───── Raw data ─────

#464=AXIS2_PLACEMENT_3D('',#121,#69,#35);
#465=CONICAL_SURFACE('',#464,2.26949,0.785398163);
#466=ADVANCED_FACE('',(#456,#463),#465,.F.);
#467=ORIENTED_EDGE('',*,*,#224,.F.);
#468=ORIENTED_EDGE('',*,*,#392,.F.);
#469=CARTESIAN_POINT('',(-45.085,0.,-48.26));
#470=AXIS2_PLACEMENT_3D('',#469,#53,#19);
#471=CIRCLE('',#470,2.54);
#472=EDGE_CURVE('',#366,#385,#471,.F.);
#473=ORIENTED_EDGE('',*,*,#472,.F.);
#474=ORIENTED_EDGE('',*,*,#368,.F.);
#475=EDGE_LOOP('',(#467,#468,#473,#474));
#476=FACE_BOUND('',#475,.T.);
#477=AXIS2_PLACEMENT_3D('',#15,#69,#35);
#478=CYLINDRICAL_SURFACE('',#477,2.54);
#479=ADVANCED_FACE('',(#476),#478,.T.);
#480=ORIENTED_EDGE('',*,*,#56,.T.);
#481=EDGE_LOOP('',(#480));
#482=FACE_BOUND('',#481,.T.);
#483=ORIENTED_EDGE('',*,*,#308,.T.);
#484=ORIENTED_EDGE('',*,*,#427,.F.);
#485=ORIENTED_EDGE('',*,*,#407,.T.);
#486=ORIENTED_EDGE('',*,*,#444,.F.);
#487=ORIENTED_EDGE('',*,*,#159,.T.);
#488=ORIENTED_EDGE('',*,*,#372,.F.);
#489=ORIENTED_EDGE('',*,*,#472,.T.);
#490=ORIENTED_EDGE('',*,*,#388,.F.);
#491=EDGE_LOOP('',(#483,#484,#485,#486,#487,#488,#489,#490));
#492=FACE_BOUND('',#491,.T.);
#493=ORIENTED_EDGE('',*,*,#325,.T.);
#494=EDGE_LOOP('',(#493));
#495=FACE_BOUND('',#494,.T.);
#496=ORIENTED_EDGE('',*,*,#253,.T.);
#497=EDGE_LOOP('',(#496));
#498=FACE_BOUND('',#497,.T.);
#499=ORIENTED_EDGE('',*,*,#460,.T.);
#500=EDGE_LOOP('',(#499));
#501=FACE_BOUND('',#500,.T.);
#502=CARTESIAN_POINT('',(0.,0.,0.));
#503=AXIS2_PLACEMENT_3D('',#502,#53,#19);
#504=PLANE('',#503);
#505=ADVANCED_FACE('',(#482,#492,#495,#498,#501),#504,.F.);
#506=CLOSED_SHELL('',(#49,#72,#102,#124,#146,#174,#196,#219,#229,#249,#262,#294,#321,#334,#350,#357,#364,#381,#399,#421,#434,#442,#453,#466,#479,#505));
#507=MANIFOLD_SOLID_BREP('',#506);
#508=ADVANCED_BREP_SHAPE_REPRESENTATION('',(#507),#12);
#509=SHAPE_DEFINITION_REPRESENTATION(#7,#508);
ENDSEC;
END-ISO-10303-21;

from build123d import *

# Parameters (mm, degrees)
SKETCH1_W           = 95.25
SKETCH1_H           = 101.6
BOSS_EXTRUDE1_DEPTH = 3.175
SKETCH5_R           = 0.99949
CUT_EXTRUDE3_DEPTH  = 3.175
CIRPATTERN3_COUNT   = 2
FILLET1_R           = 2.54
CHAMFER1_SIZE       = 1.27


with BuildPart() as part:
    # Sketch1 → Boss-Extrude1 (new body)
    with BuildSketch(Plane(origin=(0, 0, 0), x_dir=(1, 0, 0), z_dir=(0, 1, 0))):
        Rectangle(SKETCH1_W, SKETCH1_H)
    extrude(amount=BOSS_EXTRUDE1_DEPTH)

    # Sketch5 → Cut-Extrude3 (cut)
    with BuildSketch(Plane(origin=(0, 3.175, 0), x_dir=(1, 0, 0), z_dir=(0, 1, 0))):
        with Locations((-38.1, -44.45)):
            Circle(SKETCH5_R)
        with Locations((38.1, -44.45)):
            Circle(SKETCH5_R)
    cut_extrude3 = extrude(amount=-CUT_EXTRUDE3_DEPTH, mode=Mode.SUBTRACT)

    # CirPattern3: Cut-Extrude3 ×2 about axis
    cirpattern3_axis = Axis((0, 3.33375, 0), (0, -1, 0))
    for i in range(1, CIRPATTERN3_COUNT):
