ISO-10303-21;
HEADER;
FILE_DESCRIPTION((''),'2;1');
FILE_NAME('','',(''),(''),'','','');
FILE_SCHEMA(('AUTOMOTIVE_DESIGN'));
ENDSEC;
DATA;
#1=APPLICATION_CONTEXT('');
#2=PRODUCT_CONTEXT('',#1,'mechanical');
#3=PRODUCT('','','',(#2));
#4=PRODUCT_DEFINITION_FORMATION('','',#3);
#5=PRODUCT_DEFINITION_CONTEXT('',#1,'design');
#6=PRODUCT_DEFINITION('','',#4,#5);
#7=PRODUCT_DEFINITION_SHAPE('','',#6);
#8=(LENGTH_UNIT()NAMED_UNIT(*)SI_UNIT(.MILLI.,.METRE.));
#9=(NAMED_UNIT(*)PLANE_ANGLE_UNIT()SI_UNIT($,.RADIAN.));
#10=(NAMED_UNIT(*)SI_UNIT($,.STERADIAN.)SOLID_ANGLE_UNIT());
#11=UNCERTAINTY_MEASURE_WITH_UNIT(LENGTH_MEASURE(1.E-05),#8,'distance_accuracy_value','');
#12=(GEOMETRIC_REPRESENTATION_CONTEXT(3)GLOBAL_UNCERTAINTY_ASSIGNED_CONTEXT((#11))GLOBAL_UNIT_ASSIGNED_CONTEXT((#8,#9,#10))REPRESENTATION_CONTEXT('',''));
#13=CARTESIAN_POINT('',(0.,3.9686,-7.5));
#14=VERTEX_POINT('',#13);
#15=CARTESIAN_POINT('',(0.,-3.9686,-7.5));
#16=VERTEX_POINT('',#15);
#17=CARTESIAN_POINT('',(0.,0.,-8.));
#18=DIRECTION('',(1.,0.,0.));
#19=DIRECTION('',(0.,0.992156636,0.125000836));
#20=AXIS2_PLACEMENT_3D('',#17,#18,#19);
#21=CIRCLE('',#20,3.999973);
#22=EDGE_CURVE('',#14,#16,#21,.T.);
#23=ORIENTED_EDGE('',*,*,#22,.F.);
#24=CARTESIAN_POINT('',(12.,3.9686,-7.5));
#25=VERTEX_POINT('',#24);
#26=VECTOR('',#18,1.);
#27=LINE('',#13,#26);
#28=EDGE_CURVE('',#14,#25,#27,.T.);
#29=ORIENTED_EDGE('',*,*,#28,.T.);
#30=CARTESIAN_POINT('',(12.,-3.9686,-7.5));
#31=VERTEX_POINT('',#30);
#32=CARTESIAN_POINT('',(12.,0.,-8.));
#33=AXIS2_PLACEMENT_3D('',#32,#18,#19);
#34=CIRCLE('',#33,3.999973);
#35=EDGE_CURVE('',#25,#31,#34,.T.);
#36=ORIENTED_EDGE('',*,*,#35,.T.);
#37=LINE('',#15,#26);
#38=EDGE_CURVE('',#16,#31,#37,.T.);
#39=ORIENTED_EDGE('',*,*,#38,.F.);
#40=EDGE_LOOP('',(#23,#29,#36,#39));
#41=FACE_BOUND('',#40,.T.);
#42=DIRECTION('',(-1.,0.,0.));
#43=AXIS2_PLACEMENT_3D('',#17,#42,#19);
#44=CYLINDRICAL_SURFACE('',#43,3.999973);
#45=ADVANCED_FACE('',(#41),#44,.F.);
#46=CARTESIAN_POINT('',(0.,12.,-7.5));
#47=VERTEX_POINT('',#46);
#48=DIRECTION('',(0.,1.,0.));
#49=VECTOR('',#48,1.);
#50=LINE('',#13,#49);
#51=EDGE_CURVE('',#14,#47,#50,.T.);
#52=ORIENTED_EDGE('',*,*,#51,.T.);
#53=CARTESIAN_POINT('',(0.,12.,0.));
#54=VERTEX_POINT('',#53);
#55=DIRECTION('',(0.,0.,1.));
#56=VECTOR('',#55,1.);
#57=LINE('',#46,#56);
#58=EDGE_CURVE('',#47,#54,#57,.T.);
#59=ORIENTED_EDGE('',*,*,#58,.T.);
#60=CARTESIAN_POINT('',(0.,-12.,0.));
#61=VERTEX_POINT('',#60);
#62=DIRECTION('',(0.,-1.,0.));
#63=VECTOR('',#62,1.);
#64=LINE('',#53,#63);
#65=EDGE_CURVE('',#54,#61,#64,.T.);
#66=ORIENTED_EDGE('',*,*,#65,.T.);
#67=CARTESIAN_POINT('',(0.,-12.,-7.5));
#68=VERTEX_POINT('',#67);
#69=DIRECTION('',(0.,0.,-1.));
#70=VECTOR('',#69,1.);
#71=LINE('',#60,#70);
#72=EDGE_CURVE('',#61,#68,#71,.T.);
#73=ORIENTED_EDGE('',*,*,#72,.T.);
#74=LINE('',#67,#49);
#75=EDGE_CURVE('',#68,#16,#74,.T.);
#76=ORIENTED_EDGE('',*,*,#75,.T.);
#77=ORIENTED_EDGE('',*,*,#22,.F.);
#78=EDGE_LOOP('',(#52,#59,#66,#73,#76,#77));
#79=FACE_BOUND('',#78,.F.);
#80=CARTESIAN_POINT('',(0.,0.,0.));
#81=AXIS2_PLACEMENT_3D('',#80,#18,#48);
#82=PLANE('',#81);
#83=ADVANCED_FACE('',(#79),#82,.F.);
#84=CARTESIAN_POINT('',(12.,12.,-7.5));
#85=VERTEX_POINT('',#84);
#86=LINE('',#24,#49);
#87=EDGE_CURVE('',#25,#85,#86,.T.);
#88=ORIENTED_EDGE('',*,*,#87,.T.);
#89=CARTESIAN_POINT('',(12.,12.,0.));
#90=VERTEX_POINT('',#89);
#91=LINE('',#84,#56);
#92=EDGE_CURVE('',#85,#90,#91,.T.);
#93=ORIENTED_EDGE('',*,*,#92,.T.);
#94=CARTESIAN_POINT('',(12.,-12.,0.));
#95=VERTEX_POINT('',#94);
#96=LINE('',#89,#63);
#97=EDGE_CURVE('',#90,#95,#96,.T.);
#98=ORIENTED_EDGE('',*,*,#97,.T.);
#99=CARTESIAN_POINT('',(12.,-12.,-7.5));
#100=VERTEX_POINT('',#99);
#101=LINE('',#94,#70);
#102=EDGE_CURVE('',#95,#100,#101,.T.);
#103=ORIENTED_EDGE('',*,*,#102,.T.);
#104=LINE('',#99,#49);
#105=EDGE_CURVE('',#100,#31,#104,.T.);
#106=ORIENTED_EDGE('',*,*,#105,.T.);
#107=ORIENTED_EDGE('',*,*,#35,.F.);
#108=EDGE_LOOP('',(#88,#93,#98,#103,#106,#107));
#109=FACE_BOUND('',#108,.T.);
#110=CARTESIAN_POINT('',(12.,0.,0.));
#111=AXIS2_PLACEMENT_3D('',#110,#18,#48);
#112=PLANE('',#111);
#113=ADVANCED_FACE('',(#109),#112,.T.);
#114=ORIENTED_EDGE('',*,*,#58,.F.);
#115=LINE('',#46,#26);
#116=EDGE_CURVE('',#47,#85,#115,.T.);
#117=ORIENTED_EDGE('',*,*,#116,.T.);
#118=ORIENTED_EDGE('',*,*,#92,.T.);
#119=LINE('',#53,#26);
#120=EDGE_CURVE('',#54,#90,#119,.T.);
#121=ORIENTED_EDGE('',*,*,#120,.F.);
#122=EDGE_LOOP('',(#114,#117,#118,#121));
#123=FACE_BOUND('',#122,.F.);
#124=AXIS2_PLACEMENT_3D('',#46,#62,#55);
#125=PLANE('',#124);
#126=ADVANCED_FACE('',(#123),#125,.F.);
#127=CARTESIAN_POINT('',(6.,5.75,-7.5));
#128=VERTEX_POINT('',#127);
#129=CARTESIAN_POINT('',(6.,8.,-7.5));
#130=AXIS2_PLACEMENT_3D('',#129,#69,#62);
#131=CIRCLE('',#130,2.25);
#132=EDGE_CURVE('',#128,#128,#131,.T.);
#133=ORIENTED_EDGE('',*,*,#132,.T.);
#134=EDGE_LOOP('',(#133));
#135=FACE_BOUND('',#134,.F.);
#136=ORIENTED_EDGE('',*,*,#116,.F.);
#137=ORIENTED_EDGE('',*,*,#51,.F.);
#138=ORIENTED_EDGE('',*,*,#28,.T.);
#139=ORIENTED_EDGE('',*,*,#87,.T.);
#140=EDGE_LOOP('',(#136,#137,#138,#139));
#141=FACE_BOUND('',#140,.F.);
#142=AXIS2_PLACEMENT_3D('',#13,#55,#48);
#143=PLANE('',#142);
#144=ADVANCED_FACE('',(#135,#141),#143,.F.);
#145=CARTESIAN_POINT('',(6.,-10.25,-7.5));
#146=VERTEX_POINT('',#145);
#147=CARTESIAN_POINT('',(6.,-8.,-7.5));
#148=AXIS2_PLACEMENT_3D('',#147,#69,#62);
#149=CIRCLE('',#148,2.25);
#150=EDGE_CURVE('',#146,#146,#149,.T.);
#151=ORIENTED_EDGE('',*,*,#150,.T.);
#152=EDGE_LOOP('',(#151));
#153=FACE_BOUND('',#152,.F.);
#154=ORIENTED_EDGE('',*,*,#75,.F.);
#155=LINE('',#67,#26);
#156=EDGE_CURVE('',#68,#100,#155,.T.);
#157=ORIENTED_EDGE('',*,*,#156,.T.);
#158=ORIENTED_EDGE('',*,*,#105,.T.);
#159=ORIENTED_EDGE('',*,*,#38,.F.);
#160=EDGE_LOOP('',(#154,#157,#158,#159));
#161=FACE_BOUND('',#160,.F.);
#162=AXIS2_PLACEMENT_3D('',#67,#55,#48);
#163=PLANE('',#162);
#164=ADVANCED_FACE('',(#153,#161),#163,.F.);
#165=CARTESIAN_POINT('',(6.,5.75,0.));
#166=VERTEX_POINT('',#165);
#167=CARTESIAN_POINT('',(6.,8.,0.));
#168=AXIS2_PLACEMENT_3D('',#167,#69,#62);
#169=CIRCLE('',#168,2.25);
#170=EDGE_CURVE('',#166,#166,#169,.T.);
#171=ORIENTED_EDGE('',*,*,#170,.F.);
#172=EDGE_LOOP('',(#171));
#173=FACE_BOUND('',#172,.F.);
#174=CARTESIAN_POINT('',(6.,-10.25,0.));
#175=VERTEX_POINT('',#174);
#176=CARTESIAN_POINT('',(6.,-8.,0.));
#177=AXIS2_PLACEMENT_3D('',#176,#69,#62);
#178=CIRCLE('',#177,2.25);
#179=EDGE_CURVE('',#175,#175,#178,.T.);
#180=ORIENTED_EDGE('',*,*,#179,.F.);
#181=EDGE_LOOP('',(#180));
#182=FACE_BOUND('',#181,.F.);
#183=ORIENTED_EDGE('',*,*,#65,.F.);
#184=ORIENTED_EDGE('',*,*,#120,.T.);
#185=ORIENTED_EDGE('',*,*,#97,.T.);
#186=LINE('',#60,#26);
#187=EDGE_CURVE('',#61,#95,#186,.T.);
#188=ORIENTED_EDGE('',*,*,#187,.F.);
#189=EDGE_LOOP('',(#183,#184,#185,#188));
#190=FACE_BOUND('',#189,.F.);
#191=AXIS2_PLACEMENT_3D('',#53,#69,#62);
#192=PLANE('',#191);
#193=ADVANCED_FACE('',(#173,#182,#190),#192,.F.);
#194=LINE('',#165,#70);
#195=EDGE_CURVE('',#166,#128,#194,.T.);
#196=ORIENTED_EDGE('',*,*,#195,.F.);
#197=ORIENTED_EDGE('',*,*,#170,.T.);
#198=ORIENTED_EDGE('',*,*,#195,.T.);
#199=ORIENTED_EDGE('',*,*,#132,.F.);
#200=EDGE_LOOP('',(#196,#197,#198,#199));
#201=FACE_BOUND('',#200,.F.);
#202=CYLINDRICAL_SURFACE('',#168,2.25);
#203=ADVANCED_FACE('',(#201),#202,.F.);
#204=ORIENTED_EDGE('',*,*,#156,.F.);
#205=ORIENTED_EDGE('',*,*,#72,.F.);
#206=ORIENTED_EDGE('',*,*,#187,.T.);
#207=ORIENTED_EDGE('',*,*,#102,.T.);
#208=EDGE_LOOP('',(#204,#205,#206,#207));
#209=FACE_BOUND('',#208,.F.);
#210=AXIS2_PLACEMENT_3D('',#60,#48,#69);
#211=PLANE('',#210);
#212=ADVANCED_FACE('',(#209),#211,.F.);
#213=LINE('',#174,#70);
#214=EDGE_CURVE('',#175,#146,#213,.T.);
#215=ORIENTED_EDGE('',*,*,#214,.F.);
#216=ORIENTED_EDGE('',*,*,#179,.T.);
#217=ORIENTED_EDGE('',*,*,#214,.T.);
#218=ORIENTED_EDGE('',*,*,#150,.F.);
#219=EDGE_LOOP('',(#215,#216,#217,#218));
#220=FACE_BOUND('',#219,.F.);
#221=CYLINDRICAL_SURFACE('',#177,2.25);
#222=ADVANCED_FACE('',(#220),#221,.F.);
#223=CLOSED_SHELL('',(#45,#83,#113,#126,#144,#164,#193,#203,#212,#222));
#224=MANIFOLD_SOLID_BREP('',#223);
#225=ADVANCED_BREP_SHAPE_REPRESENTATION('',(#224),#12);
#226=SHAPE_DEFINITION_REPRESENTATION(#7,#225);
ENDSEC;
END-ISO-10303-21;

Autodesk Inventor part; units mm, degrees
ref_plane "YZ Plane" through (0, 0, 0) normal (1, 0, 0) x (0, 1, 0)
ref_plane "XZ Plane" through (0, 0, 0) normal (0, 1, 0) x (-1, 0, 0)
ref_plane "XY Plane" through (0, 0, 0) normal (0, 0, 1) x (1, 0, 0)
sketch "Sketch1" plane through (0, 0, 0) normal (1, 0, 0) x (0, 1, 0)
  arc A0 (3.9686, -7.5) -> (-3.9686, -7.5) centre (0, -8) ccw
  line L0 (3.9686, -7.5) -> (12, -7.5)
  line L1 (-12, -7.5) -> (-3.9686, -7.5)
  line L2 (-12, 0) -> (-12, -7.5)
  line L3 (12, -7.5) -> (12, 0)
  line L4 (12, 0) -> (-12, 0)
extrude "Extrusion1" add sketch "Sketch1" along normal blind 12
hole "Hole2" at (6, -8, 0) direction (0, 0, -1) diameter 4.5 depth 7.5
sketch "Sketch2" plane through (0, 0, 0) normal (0, 0, 1) x (1, 0, 0)
  point P0 (6, -8)
hole "Hole1" at (6, 8, 0) direction (0, 0, -1) diameter 4.5 depth 7.5
sketch "Sketch3" plane through (0, 0, 0) normal (0, 0, 1) x (1, 0, 0)
  point P0 (6, 8)
properties part number "X-axis Rod holder" material "ASA Plastic"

─────

Exercise
In the entries above, one line contains "#104=LINE('',#99,#49);" and another contains "#112=PLANE('',#111);". Reproduce exactly those two lines and the lines between them, nothing else.

Response
#104=LINE('',#99,#49);
#105=EDGE_CURVE('',#100,#31,#104,.T.);
#106=ORIENTED_EDGE('',*,*,#105,.T.);
#107=ORIENTED_EDGE('',*,*,#35,.F.);
#108=EDGE_LOOP('',(#88,#93,#98,#103,#106,#107));
#109=FACE_BOUND('',#108,.T.);
#110=CARTESIAN_POINT('',(12.,0.,0.));
#111=AXIS2_PLACEMENT_3D('',#110,#18,#48);
#112=PLANE('',#111);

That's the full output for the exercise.